Saya “tidak tahu”, selain untuk membahagiakan orang tua, apa esensi dari
kelulusan saya. Saya kekurangan bahan dalam memaknai kelulusan.
Maka dari
itu, saya menanamkan awareness secara sengaja kepada mereka mengenai
pentingnya sekolah. Di samping itu juga pentingnya menjadi orang yang bermanfaat, bukan
menjadi orang kaya. Jadi orang kaya tapi tidak bermanfaat apa bagusnya.
Penekanan menjadi orang bermanfaat jauh lebih penting.
Mengenai
rezeki mereka, cukup menjadi salah satu do’a saya yang dipanjatkan kepada Allah.

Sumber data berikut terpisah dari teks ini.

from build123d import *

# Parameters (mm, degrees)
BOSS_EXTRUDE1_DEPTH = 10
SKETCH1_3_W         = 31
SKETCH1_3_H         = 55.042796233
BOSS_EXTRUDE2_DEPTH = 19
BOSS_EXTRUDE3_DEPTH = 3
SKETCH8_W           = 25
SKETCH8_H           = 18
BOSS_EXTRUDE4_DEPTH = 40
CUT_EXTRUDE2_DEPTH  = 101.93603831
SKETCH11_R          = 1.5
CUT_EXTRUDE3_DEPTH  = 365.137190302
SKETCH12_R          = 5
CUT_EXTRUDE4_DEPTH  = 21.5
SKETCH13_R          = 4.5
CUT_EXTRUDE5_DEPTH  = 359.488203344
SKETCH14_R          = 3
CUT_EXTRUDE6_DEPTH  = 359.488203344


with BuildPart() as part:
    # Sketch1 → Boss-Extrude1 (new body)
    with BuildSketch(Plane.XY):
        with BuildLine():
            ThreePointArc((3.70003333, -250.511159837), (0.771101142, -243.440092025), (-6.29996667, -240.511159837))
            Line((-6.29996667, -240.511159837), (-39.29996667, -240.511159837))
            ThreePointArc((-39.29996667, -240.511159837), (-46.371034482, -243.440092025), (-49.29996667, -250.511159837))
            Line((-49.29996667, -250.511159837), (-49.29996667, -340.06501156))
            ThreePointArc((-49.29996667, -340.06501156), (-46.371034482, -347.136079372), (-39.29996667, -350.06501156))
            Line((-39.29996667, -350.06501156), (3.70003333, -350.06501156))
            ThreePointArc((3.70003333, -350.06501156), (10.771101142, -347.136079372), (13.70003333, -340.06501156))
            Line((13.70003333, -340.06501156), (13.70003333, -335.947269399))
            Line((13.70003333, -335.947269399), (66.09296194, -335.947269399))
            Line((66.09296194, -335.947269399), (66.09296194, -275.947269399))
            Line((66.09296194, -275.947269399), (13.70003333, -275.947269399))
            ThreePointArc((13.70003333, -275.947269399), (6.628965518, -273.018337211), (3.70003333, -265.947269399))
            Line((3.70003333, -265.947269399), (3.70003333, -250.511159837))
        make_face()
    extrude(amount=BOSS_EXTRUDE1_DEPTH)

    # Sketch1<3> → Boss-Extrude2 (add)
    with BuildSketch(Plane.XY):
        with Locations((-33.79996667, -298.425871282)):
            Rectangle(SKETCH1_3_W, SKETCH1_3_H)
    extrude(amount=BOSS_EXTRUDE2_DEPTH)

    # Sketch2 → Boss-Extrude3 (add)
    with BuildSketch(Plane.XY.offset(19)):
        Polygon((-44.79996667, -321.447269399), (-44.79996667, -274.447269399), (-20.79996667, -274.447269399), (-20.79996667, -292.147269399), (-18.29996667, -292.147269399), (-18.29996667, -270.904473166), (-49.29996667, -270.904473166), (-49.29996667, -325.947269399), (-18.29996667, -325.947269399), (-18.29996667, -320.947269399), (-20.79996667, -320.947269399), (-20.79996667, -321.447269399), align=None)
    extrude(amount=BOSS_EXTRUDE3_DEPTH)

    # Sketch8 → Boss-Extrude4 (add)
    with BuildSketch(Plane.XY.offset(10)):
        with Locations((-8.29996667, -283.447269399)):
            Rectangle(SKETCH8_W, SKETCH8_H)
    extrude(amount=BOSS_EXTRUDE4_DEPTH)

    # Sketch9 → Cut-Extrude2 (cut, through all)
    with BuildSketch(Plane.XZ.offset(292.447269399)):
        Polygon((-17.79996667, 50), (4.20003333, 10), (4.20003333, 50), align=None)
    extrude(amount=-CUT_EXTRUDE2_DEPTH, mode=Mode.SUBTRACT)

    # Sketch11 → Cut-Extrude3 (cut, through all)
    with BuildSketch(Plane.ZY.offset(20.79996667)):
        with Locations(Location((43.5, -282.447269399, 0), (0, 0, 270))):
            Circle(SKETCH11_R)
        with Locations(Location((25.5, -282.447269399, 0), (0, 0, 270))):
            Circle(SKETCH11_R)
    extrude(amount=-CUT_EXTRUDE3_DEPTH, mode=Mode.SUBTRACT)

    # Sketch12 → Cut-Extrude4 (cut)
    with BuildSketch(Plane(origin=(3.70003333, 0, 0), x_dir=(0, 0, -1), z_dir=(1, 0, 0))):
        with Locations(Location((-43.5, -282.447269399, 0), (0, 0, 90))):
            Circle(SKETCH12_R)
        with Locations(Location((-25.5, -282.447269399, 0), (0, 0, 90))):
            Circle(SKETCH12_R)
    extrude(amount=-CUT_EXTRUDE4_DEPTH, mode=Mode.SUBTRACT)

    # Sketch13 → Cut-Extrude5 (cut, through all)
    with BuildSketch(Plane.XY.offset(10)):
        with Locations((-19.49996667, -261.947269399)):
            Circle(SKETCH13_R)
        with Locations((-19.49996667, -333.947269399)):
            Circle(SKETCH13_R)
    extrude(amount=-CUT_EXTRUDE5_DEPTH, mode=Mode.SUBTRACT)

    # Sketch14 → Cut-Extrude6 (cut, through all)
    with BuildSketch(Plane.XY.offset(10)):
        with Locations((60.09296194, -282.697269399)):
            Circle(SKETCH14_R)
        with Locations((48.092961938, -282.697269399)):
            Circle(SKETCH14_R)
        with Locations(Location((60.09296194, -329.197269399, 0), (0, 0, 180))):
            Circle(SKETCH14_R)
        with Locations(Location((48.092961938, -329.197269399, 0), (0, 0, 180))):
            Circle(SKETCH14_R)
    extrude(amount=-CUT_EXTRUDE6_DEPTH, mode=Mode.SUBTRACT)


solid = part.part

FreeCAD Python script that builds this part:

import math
import FreeCAD as App
import Part
import Sketcher
Q = App.Units.Quantity

doc = App.newDocument("Part")
body = doc.addObject("PartDesign::Body", "Body")

# Sketch on XY plane
sketch1 = doc.addObject("Sketcher::SketchObject", "Sketch")
body.addObject(sketch1)
sketch1.AttachmentSupport = (doc.XY_Plane, [""])
sketch1.MapMode = "FlatFace"
sketch1.addGeometry(Part.ArcOfCircle(Part.Circle(App.Vector(-6.299967, -250.51116, 0), App.Vector(0, 0, 1), 10), math.radians(0), math.radians(90)), False)
sketch1.addGeometry(Part.LineSegment(App.Vector(-6.299967, -240.51116, 0), App.Vector(-39.299967, -240.51116, 0)), False)
sketch1.addGeometry(Part.ArcOfCircle(Part.Circle(App.Vector(-39.299967, -250.51116, 0), App.Vector(0, 0, 1), 10), math.radians(90), math.radians(180)), False)
sketch1.addGeometry(Part.LineSegment(App.Vector(-49.299967, -250.51116, 0), App.Vector(-49.299967, -340.065012, 0)), False)
sketch1.addGeometry(Part.ArcOfCircle(Part.Circle(App.Vector(-39.299967, -340.065012, 0), App.Vector(0, 0, 1), 10), math.radians(180), math.radians(270)), False)
sketch1.addGeometry(Part.LineSegment(App.Vector(-39.299967, -350.065012, 0), App.Vector(3.700033, -350.065012, 0)), False)
sketch1.addGeometry(Part.ArcOfCircle(Part.Circle(App.Vector(3.700033, -340.065012, 0), App.Vector(0, 0, 1), 10), math.radians(-90), math.radians(0)), False)
sketch1.addGeometry(Part.LineSegment(App.Vector(13.700033, -340.065012, 0), App.Vector(13.700033, -335.947269, 0)), False)
sketch1.addGeometry(Part.LineSegment(App.Vector(13.700033, -335.947269, 0), App.Vector(66.092962, -335.947269, 0)), False)
sketch1.addGeometry(Part.LineSegment(App.Vector(66.092962, -335.947269, 0), App.Vector(66.092962, -275.947269, 0)), False)
sketch1.addGeometry(Part.LineSegment(App.Vector(66.092962, -275.947269, 0), App.Vector(13.700033, -275.947269, 0)), False)
sketch1.addGeometry(Part.ArcOfCircle(Part.Circle(App.Vector(13.700033, -265.947269, 0), App.Vector(0, 0, 1), 10), math.radians(180), math.radians(270)), False)
sketch1.addGeometry(Part.LineSegment(App.Vector(3.700033, -265.947269, 0), App.Vector(3.700033, -250.51116, 0)), False)
sketch1.addConstraint(Sketcher.Constraint("Tangent", 0, 2, 1, 1))
sketch1.addConstraint(Sketcher.Constraint("Tangent", 1, 2, 2, 1))
sketch1.addConstraint(Sketcher.Constraint("Tangent", 2, 2, 3, 1))
sketch1.addConstraint(Sketcher.Constraint("Tangent", 3, 2, 4, 1))
sketch1.addConstraint(Sketcher.Constraint("Tangent", 4, 2, 5, 1))
sketch1.addConstraint(Sketcher.Constraint("Tangent", 5, 2, 6, 1))
sketch1.addConstraint(Sketcher.Constraint("Tangent", 6, 2, 7, 1))
sketch1.addConstraint(Sketcher.Constraint("Coincident", 7, 2, 8, 1))
sketch1.addConstraint(Sketcher.Constraint("Coincident", 8, 2, 9, 1))
sketch1.addConstraint(Sketcher.Constraint("Coincident", 9, 2, 10, 1))
sketch1.addConstraint(Sketcher.Constraint("Tangent", 10, 2, 11, 2))
sketch1.addConstraint(Sketcher.Constraint("Tangent", 11, 1, 12, 1))
sketch1.addConstraint(Sketcher.Constraint("Tangent", 12, 2, 0, 1))
sketch1.addConstraint(Sketcher.Constraint("Horizontal", 1))
sketch1.addConstraint(Sketcher.Constraint("Vertical", 3))
sketch1.addConstraint(Sketcher.Constraint("Horizontal", 5))
sketch1.addConstraint(Sketcher.Constraint("Vertical", 7))
sketch1.addConstraint(Sketcher.Constraint("Horizontal", 8))
sketch1.addConstraint(Sketcher.Constraint("Vertical", 9))
sketch1.addConstraint(Sketcher.Constraint("Horizontal", 10))
sketch1.addConstraint(Sketcher.Constraint("Vertical", 12))
sketch1.addConstraint(Sketcher.Constraint("Equal", 0, 2))
sketch1.addConstraint(Sketcher.Constraint("Equal", 2, 4))
sketch1.addConstraint(Sketcher.Constraint("Equal", 4, 6))
sketch1.addConstraint(Sketcher.Constraint("Equal", 6, 11))
sketch1.addConstraint(Sketcher.Constraint("Vertical", 11, 3, 6, 2))
sketch1.addConstraint(Sketcher.Constraint("Radius", 0, Q("10 mm")))
sketch1.addConstraint(Sketcher.Constraint("DistanceX", 1, 2, 1, 1, Q("33 mm")))
sketch1.addConstraint(Sketcher.Constraint("DistanceY", 9, 1, 9, 2, Q("60 mm")))
sketch1.addConstraint(Sketcher.Constraint("DistanceX", 8, 1, 8, 2, Q("52.392929 mm")))
sketch1.addConstraint(Sketcher.Constraint("DistanceY", 3, 2, 3, 1, Q("89.553852 mm")))
sketch1.addConstraint(Sketcher.Constraint("DistanceY", 12, 1, 12, 2, Q("15.43611 mm")))
sketch1.addConstraint(Sketcher.Constraint("DistanceY", 0, 3, -1, 1, Q("250.51116 mm")))
sketch1.addConstraint(Sketcher.Constraint("DistanceX", -1, 1, 8, 2, Q("66.092962 mm")))
pad1 = doc.addObject("PartDesign::Pad", "Pad")
body.addObject(pad1)
pad1.Profile = sketch1
pad1.Length = 10

# Sketch on XY plane
sketch2 = doc.addObject("Sketcher::SketchObject", "Sketch001")
body.addObject(sketch2)
sketch2.AttachmentSupport = (doc.XY_Plane, [""])
sketch2.MapMode = "FlatFace"
sketch2.addGeometry(Part.LineSegment(App.Vector(-49.299967, -270.904473, 0), App.Vector(-49.299967, -325.947269, 0)), False)
sketch2.addGeometry(Part.LineSegment(App.Vector(-49.299967, -325.947269, 0), App.Vector(-18.299967, -325.947269, 0)), False)
sketch2.addGeometry(Part.LineSegment(App.Vector(-18.299967, -325.947269, 0), App.Vector(-18.299967, -270.904473, 0)), False)
sketch2.addGeometry(Part.LineSegment(App.Vector(-18.299967, -270.904473, 0), App.Vector(-49.299967, -270.904473, 0)), False)
sketch2.addConstraint(Sketcher.Constraint("Coincident", 0, 2, 1, 1))
sketch2.addConstraint(Sketcher.Constraint("Coincident", 1, 2, 2, 1))
sketch2.addConstraint(Sketcher.Constraint("Coincident", 2, 2, 3, 1))
sketch2.addConstraint(Sketcher.Constraint("Coincident", 3, 2, 0, 1))
sketch2.addConstraint(Sketcher.Constraint("Vertical", 0))
sketch2.addConstraint(Sketcher.Constraint("Horizontal", 1))
sketch2.addConstraint(Sketcher.Constraint("Vertical", 2))
sketch2.addConstraint(Sketcher.Constraint("Horizontal", 3))
sketch2.addConstraint(Sketcher.Constraint("DistanceX", 1, 1, 1, 2, Q("31 mm")))
sketch2.addConstraint(Sketcher.Constraint("DistanceY", 0, 2, 0, 1, Q("55.042796 mm")))
sketch2.addConstraint(Sketcher.Constraint("DistanceY", 0, 2, -1, 1, Q("325.947269 mm")))
sketch2.addConstraint(Sketcher.Constraint("DistanceX", 0, 2, -1, 1, Q("49.299967 mm")))
pad2 = doc.addObject("PartDesign::Pad", "Pad001")
body.addObject(pad2)
pad2.Profile = sketch2
pad2.Length = 19

# Sketch on XY plane
sketch3 = doc.addObject("Sketcher::SketchObject", "Sketch002")
body.addObject(sketch3)
sketch3.AttachmentSupport = (doc.XY_Plane, [""])
sketch3.MapMode = "FlatFace"
sketch3.AttachmentOffset = App.Placement(App.Vector(0, 0, 19), App.Rotation())
sketch3.addGeometry(Part.LineSegment(App.Vector(-44.799967, -321.447269, 0), App.Vector(-44.799967, -274.447269, 0)), False)
sketch3.addGeometry(Part.LineSegment(App.Vector(-44.799967, -274.447269, 0), App.Vector(-20.799967, -274.447269, 0)), False)
sketch3.addGeometry(Part.LineSegment(App.Vector(-20.799967, -274.447269, 0), App.Vector(-20.799967, -292.147269, 0)), False)
sketch3.addGeometry(Part.LineSegment(App.Vector(-20.799967, -292.147269, 0), App.Vector(-18.299967, -292.147269, 0)), False)
sketch3.addGeometry(Part.LineSegment(App.Vector(-18.299967, -292.147269, 0), App.Vector(-18.299967, -270.904473, 0)), False)
sketch3.addGeometry(Part.LineSegment(App.Vector(-18.299967, -270.904473, 0), App.Vector(-49.299967, -270.904473, 0)), False)
sketch3.addGeometry(Part.LineSegment(App.Vector(-49.299967, -270.904473, 0), App.Vector(-49.299967, -325.947269, 0)), False)
sketch3.addGeometry(Part.LineSegment(App.Vector(-49.299967, -325.947269, 0), App.Vector(-18.299967, -325.947269, 0)), False)
sketch3.addGeometry(Part.LineSegment(App.Vector(-18.299967, -325.947269, 0), App.Vector(-18.299967, -320.947269, 0)), False)
sketch3.addGeometry(Part.LineSegment(App.Vector(-18.299967, -320.947269, 0), App.Vector(-20.799967, -320.947269, 0)), False)
sketch3.addGeometry(Part.LineSegment(App.Vector(-20.799967, -320.947269, 0), App.Vector(-20.799967, -321.447269, 0)), False)
sketch3.addGeometry(Part.LineSegment(App.Vector(-20.799967, -321.447269, 0), App.Vector(-44.799967, -321.447269, 0)), False)
sketch3.addConstraint(Sketcher.Constraint("Coincident", 0, 2, 1, 1))
sketch3.addConstraint(Sketcher.Constraint("Coincident", 1, 2, 2, 1))
sketch3.addConstraint(Sketcher.Constraint("Coincident", 2, 2, 3, 1))
sketch3.addConstraint(Sketcher.Constraint("Coincident", 3, 2, 4, 1))
sketch3.addConstraint(Sketcher.Constraint("Coincident", 4, 2, 5, 1))
sketch3.addConstraint(Sketcher.Constraint("Coincident", 5, 2, 6, 1))
sketch3.addConstraint(Sketcher.Constraint("Coincident", 6, 2, 7, 1))
sketch3.addConstraint(Sketcher.Constraint("Coincident", 7, 2, 8, 1))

Harapannya anak-anak menjadi orang yang bermanfaat bagi kebaikan orang lain dan
realistis, serta mampu menerima keadaan.
Athifah
mengikuti dua macam sistem penerimaan peserta didik baru. Pertama, dia
mengikuti tes bersama untuk masuk Madrasah Aliyah Negeri (MAN). Dia lolos
hingga tes tahap terakhir namun gugur. Pelamar untuk MAN 2 banyak sekali. Di
tahap terakhir masih ada 700-an pendaftar sementara yang diterima hanya 300-an siswa.
Sewaktu saya
tanya-tanya apa saja pertanyaan yang diberikan padanya. Mudah saja sebenarnya,
seperti alasan memilih MAN 2, tes qiro’ah dan berapa uang jajannya dalam
sehari. Jumlah pertanyaan yang diberikan pun sedikit karena kepentok waktu
shalat ashar. Yah, bukan rezekinya lulus di MAN 2 sebagaimana si sulung
Affiq yang lulusan sana.
Ada yang
bilang harus pakai "orang dalam” dan bayar. Ah, sudahlah. Kalau memang tidak
lulus memang dia tidak berhak untuk bersekolah di sana. Tidak usah bayar-bayar
segala demi bisa sekolah di sekolah favorit. Bagi saya itu tak bijak. Terserah
jika ada yang berpikiran lain, hak masing-masing orang toh. Yang jelas,
saya tidak mau mencari bantuan orang dalam meski itu bisa saya lakukan untuk
urusan seperti ini.
Alhamdulillah,
rezeki Athifah lulus PPDB di salah satu SMA negeri yang juga menjadi favorit.
Jumlah pendaftarnya pada tahun ini mencapai 1000 orang sementara yang diterima
hanya 300-an orang. Athifah bisa masuk di sana melalui jalur prestasi akademik.
Masya Allah.
In syaa Allah, dengan
cara yang wajar, memang dia berhak mendapatkan kursi di SMA negeri itu. Ada rasa percaya diri dan harga diri menyertai. Bismillah,
Athifah. Kini masuk tahap baru perjuanganmu. Lakukan yang terbaik, versi
terbaik dirimu. In syaa Allah bisa!
Makassar, 23 Juli 2022
Share :
Iya mba, aku juga ga mau kok pake cara2 orang dalam gitu. Kalo memang bukan rezeki anak kita sekolah di sana, ya sudah, cari yg lain. Ga perlu lah pake menyogok dan minta bantuan orang dlm segala. Ga mungkin gratis juga pake orang dlm kan..
ReplyDeleteToh terbukti juga, kalo memang anaknya mampu, dan itu rezekinya, pasti bisa diterima
Satu hal yang orang lupakan Mbak, dalam Islam yang menyogok dan disogok, dua2nya kena dosa. Na'udzubillah. Ingin menjadi sesuatu dengan membayara sementara sebenarnya secara wajar tidak perlu membayar itu sudah termasuk sogok. Semoga Allah menjauhaknan dari yang demikian.
DeleteWah, Athifah sudah SMA ternyata. Semoga lancar sekolahnya.